TASK DIRECTIONS: Retype exactly the lines below, beginning with the first and ending with the line where "f 332 252 255" appears.

EXCERPTED RECORDS:
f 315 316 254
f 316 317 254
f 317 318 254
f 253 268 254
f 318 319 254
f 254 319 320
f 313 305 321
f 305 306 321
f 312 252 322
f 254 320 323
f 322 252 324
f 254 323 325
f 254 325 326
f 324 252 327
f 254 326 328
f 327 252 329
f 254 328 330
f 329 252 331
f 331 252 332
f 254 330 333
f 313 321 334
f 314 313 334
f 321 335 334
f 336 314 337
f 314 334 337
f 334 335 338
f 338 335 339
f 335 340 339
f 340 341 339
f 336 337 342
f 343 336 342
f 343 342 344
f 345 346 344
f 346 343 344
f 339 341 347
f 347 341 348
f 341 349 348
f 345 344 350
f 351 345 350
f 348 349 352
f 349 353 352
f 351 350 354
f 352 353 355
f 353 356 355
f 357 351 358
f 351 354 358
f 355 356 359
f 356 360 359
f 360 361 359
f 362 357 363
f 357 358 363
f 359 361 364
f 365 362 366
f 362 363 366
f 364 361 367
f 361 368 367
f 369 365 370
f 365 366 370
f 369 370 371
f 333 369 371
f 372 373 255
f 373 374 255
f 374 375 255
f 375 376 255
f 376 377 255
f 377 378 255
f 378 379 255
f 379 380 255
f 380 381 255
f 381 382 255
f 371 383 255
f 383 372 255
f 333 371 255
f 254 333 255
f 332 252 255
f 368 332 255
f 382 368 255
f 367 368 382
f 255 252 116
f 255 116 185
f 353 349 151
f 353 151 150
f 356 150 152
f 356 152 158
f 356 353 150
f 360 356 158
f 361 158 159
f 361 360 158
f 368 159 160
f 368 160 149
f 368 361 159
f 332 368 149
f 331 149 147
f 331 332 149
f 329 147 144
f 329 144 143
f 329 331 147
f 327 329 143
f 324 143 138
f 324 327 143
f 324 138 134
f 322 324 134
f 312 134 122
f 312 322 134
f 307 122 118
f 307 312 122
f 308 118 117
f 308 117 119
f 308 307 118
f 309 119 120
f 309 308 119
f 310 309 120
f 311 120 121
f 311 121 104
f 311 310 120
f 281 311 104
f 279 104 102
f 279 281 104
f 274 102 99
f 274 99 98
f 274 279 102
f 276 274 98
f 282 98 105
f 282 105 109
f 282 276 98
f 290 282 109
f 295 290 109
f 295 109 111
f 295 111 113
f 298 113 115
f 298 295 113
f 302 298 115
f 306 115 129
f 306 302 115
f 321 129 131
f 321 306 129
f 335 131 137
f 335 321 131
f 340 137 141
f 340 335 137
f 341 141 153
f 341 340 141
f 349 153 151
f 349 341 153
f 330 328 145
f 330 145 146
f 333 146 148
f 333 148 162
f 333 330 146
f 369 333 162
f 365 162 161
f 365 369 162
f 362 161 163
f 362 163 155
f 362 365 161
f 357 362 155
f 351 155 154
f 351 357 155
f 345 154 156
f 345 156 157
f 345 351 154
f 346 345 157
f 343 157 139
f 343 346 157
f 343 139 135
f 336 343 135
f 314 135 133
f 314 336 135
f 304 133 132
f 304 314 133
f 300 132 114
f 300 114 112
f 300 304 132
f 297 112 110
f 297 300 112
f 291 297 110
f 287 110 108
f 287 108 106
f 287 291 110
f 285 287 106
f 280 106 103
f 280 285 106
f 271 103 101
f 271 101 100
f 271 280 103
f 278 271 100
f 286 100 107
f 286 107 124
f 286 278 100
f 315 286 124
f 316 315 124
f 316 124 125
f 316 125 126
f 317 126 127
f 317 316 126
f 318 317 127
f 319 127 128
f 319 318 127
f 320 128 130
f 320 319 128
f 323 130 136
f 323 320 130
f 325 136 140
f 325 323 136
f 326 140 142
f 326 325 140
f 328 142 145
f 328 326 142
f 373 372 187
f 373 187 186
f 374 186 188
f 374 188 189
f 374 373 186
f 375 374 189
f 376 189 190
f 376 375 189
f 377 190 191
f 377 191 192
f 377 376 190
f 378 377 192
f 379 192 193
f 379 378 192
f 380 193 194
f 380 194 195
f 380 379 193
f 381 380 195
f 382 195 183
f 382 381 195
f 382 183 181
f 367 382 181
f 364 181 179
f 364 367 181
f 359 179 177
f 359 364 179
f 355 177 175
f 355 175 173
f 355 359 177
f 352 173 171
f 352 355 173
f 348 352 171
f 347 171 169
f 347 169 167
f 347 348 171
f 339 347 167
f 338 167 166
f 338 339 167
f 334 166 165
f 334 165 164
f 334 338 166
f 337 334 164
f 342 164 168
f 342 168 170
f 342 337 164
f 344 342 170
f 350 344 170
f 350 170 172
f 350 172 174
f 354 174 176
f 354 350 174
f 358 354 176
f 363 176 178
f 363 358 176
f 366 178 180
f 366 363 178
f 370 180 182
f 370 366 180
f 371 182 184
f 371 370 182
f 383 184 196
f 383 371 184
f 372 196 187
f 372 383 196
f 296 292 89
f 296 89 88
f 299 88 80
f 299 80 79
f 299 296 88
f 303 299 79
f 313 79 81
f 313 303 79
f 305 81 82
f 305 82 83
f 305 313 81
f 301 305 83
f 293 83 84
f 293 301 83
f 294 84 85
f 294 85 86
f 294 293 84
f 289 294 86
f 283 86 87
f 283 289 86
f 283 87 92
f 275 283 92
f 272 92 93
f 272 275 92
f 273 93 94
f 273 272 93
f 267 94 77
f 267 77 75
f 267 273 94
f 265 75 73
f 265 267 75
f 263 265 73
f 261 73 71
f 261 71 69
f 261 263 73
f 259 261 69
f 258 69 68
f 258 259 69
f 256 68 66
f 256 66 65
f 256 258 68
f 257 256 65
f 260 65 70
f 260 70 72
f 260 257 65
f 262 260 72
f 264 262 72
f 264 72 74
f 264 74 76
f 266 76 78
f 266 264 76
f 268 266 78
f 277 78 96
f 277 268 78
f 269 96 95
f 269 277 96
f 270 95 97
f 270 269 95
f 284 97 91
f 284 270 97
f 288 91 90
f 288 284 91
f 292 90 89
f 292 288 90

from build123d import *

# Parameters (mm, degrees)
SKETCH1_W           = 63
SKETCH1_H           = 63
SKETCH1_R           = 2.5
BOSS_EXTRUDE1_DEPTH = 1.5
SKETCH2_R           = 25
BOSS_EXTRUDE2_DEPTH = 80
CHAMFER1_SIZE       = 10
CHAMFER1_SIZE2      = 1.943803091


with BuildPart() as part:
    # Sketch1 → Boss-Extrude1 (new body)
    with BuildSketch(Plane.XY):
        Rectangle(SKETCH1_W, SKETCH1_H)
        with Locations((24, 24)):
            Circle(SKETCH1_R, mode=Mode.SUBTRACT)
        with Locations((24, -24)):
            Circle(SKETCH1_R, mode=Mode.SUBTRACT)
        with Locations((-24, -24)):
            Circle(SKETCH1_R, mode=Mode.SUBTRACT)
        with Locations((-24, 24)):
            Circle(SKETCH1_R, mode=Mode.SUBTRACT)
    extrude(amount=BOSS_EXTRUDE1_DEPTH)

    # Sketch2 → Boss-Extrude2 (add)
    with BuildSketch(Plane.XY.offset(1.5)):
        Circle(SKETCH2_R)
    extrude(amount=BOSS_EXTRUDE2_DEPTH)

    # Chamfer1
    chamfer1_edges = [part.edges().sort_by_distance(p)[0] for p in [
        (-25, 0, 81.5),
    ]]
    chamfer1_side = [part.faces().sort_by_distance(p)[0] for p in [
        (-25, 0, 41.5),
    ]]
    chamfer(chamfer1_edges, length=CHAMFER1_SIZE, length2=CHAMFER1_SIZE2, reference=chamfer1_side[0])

SOLVED PROBLEM:
f 315 316 254
f 316 317 254
f 317 318 254
f 253 268 254
f 318 319 254
f 254 319 320
f 313 305 321
f 305 306 321
f 312 252 322
f 254 320 323
f 322 252 324
f 254 323 325
f 254 325 326
f 324 252 327
f 254 326 328
f 327 252 329
f 254 328 330
f 329 252 331
f 331 252 332
f 254 330 333
f 313 321 334
f 314 313 334
f 321 335 334
f 336 314 337
f 314 334 337
f 334 335 338
f 338 335 339
f 335 340 339
f 340 341 339
f 336 337 342
f 343 336 342
f 343 342 344
f 345 346 344
f 346 343 344
f 339 341 347
f 347 341 348
f 341 349 348
f 345 344 350
f 351 345 350
f 348 349 352
f 349 353 352
f 351 350 354
f 352 353 355
f 353 356 355
f 357 351 358
f 351 354 358
f 355 356 359
f 356 360 359
f 360 361 359
f 362 357 363
f 357 358 363
f 359 361 364
f 365 362 366
f 362 363 366
f 364 361 367
f 361 368 367
f 369 365 370
f 365 366 370
f 369 370 371
f 333 369 371
f 372 373 255
f 373 374 255
f 374 375 255
f 375 376 255
f 376 377 255
f 377 378 255
f 378 379 255
f 379 380 255
f 380 381 255
f 381 382 255
f 371 383 255
f 383 372 255
f 333 371 255
f 254 333 255
f 332 252 255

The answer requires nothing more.